Pennies is a little exaggerated. I think the true cost per die is closer to dollars.

Assuming 6mm x 6mm dies, 12" wafer, 0.09 defect density, you get 1580 dies. If each N6 wafer is $6000 then that's around a few dollars per die. Even with the cost of packaging, it likely is still within single digit dollar amounts per wafer.

View attachment 60063

Cache dies cost less than normal logic dies as they have a lot less layers to get through. Which seems a big part of the reason AMD went this route. Packaging might cost as much as the chip.

I'm also assuming the cache dies take up a lot of the interconnect bandwidth.

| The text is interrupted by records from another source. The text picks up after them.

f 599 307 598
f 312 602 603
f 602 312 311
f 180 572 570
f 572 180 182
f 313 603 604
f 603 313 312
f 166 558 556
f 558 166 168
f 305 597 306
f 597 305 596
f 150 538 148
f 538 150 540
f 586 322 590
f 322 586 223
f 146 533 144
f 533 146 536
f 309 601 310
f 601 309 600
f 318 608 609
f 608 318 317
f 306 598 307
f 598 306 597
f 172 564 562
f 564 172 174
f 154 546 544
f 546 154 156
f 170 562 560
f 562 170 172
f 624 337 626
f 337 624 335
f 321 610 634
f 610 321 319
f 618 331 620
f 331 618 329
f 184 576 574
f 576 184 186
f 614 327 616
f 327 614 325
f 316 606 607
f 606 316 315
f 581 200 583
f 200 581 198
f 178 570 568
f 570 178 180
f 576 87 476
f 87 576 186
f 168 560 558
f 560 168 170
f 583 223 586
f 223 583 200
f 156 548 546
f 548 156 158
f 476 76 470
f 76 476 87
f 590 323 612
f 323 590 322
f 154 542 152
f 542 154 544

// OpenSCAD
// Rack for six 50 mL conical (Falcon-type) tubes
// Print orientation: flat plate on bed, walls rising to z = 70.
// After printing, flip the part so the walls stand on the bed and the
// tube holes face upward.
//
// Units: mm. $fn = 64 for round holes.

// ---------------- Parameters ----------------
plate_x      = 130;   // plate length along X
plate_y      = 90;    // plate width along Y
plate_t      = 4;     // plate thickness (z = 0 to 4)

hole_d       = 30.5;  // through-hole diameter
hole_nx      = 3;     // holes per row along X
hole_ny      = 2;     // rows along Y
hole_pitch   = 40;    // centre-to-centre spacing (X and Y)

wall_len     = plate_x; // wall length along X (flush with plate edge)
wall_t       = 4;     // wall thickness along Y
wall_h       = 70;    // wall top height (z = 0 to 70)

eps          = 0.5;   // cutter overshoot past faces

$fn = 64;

If any logic chiplet can address any LLC chiplet then that should be a lot of the work, you retire waves to LLC then the next available CUs consume from LLC.

 

[Bigos]

I don't see how AMD could reuse the same cache dies between CPU and GPU. There are various factors that make them incompatible:

• CPU is using 64-byte cache lines and GPU is using 128-byte ones. Unless the whole cache hierarchy in RDNA3 is overhauled.
• The CPU L3 cache is a high frequency design that needs to operate at over 3GHz with low latency, there is no such high of a requirement for GPU.
• The current v-cache die is an add-on on top of 32MB of base die cache, it will not work without it. I also doubt AMD will remove L3 cache from Zen base dies until they get VERY confident about SoIC, including having low cost.

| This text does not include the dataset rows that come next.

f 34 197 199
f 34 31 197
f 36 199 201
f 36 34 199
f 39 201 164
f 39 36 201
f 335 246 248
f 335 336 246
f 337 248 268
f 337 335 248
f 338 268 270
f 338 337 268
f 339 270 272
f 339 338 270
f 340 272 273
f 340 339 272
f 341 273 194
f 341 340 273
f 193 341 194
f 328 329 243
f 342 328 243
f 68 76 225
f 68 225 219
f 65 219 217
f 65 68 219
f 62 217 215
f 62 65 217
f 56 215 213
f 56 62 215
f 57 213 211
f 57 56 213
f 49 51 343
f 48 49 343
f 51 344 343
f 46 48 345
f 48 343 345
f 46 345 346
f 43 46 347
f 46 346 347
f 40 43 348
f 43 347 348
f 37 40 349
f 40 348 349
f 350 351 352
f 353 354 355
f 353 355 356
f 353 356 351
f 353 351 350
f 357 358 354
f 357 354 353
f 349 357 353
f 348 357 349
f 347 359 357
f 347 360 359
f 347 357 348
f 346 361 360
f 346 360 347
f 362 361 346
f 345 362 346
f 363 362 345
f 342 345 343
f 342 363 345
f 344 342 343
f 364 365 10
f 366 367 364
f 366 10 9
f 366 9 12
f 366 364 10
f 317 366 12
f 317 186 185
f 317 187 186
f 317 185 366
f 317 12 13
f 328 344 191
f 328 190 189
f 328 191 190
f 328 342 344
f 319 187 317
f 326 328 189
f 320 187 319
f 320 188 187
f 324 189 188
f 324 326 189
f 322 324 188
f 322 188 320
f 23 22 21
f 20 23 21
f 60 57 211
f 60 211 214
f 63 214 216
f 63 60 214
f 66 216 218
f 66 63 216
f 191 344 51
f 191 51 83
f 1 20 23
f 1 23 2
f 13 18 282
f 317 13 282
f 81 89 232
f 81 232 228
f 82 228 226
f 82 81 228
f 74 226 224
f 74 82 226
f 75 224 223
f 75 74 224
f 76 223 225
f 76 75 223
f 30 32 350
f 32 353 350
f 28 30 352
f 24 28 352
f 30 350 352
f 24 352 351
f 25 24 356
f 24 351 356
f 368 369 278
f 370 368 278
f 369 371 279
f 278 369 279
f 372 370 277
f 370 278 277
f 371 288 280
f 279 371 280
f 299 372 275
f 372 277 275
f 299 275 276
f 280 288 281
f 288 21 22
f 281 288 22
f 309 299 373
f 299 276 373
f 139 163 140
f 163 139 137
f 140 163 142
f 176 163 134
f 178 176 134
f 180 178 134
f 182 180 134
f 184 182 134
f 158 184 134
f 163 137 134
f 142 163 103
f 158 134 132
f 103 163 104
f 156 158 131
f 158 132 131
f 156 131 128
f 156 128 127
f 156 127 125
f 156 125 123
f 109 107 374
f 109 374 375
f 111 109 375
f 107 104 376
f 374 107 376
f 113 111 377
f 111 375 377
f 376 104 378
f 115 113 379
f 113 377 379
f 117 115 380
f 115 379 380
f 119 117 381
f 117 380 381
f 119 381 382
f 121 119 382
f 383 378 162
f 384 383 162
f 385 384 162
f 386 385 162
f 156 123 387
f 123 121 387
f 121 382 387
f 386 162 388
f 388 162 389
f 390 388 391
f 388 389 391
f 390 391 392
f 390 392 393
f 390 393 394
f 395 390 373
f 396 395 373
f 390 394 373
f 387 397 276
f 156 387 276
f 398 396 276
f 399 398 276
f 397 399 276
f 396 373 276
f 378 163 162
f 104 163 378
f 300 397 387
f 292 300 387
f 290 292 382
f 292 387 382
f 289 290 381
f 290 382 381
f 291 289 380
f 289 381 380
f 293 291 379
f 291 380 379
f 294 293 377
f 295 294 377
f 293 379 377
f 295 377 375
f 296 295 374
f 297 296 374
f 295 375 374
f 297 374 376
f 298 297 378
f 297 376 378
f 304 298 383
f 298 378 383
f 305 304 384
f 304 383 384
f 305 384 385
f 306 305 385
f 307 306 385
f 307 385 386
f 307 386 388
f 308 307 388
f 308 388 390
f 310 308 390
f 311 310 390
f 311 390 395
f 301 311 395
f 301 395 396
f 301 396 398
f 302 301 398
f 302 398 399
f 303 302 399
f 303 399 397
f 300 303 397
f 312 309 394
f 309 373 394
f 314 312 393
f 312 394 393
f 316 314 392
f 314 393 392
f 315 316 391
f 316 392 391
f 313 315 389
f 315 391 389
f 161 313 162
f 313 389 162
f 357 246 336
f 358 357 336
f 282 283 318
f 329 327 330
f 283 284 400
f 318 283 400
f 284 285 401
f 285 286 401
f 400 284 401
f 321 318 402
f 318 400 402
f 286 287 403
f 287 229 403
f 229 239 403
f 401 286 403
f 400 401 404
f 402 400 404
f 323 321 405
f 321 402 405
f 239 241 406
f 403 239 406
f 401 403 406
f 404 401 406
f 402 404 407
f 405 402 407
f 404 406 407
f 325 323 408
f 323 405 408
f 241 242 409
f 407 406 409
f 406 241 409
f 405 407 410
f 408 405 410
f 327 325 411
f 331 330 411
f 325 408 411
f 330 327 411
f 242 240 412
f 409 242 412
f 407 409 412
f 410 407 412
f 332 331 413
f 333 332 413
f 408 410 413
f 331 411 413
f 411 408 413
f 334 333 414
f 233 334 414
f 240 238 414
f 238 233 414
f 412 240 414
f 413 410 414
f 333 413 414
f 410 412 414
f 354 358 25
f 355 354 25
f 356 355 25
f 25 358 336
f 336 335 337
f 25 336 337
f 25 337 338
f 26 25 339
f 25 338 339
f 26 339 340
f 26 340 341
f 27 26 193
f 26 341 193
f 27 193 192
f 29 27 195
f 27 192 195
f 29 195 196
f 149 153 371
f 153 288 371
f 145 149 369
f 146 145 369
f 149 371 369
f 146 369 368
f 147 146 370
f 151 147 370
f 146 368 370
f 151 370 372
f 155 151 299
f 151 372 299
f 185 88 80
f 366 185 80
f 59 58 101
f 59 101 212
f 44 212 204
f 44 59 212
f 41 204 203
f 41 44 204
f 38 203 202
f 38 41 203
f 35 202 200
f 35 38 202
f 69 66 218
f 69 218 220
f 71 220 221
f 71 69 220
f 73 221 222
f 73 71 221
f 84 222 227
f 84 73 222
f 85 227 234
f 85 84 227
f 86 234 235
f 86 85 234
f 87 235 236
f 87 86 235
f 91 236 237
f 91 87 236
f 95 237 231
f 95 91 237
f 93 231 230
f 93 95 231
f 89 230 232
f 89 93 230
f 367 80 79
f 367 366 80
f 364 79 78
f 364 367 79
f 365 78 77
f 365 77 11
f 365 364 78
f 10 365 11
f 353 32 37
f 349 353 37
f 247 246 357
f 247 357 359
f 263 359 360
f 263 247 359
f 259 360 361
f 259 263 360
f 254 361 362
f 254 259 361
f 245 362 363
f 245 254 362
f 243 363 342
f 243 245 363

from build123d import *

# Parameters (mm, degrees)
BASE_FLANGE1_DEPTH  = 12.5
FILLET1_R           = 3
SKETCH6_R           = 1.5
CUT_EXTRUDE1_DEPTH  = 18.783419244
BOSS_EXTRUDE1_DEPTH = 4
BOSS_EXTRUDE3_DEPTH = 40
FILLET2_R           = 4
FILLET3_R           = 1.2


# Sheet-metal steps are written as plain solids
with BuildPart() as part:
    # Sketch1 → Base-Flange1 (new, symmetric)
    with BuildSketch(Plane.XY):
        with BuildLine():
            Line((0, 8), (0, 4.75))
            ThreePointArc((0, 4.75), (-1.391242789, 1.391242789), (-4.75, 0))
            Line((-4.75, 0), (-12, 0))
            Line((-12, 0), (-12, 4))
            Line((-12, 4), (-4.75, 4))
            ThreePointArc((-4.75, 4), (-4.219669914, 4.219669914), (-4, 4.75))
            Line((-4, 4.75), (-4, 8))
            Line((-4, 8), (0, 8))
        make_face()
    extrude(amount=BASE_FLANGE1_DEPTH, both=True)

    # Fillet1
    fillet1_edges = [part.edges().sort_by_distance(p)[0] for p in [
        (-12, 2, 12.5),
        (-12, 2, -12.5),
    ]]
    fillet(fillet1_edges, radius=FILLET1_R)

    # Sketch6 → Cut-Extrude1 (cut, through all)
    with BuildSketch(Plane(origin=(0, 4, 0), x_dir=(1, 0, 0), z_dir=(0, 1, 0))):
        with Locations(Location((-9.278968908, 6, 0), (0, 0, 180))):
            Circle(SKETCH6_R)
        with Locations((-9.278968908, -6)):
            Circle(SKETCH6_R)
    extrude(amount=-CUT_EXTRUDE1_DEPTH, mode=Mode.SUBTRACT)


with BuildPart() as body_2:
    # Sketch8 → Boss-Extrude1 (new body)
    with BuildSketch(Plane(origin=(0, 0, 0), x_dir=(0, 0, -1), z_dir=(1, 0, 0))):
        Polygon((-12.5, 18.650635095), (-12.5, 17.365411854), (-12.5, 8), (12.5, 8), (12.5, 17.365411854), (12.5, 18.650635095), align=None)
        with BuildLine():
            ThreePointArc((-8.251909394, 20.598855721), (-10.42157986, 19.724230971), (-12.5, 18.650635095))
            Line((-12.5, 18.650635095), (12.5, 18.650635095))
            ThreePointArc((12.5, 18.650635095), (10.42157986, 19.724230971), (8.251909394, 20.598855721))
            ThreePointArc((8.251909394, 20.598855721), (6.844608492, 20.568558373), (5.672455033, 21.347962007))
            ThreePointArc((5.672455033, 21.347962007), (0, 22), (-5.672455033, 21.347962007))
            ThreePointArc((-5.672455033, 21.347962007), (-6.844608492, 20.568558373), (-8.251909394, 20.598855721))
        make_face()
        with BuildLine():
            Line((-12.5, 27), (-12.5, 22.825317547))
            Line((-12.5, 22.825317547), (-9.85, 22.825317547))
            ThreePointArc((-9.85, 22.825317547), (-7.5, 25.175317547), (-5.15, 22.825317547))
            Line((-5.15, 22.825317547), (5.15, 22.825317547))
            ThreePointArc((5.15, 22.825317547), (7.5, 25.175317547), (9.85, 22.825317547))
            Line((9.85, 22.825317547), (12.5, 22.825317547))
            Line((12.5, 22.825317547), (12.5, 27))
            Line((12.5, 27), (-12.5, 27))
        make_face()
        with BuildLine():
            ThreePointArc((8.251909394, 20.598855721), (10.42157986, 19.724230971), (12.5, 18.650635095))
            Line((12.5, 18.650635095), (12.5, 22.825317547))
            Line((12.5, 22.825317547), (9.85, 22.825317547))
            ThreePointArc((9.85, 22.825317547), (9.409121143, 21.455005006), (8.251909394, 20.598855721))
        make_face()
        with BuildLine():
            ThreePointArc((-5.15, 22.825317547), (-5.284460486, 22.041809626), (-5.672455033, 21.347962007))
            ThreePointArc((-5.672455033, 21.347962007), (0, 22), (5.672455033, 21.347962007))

I believe that the CPU v-cache die has been specifically tailored for the Zen 3 base die. If they want to use SoIC with RDNA3 they would need to design something specific for that.

 

[Glo.]

I don't see how AMD could reuse the same cache dies between CPU and GPU. There are various factors that make them incompatible:

• CPU is using 64-byte cache lines and GPU is using 128-byte ones. Unless the whole cache hierarchy in RDNA3 is overhauled.
• The CPU L3 cache is a high frequency design that needs to operate at over 3GHz with low latency, there is no such high of a requirement for GPU.
• The current v-cache die is an add-on on top of 32MB of base die cache, it will not work without it. I also doubt AMD will remove L3 cache from Zen base dies until they get VERY confident about SoIC, including having low cost.

I believe that the CPU v-cache die has been specifically tailored for the Zen 3 base die. If they want to use SoIC with RDNA3 they would need to design something specific for that.

I think in this topic upcoming video that Paul from RedGamingTech touted will be very important, and will shed some light.

Stay tuned, guys .

 

[Mopetar]

I don't see how AMD could reuse the same cache dies between CPU and GPU. There are various factors that make them incompatible:

• CPU is using 64-byte cache lines and GPU is using 128-byte ones. Unless the whole cache hierarchy in RDNA3 is overhauled.
• The CPU L3 cache is a high frequency design that needs to operate at over 3GHz with low latency, there is no such high of a requirement for GPU.
• The current v-cache die is an add-on on top of 32MB of base die cache, it will not work without it. I also doubt AMD will remove L3 cache from Zen base dies until they get VERY confident about SoIC, including having low cost.

I believe that the CPU v-cache die has been specifically tailored for the Zen 3 base die. If they want to use SoIC with RDNA3 they would need to design something specific for that.

Just store the two halves of the line in two different chips. Since the v-cache chips don't have the controller (or any more of it than necessary for basic functionality) built in it's probably not too difficult to recycle them. There's also no reason that they couldn't run the cache at a different frequency than the core clock rate. RDNA can already clock high, but if RDNA3 won't see uplifts there just clock the cache at 2x the core of synchronization is a big issue.

 

[RnR_au]

Cache dies cost less than normal logic dies as they have a lot less layers to get through.

Thats a really interesting point. Do we know the layer difference between logic and cache dies? Roughly?

 

[A///]

Did I read right that the first RDNA3 card being released will be the entry model that will use a legacy GPU die and not MCM?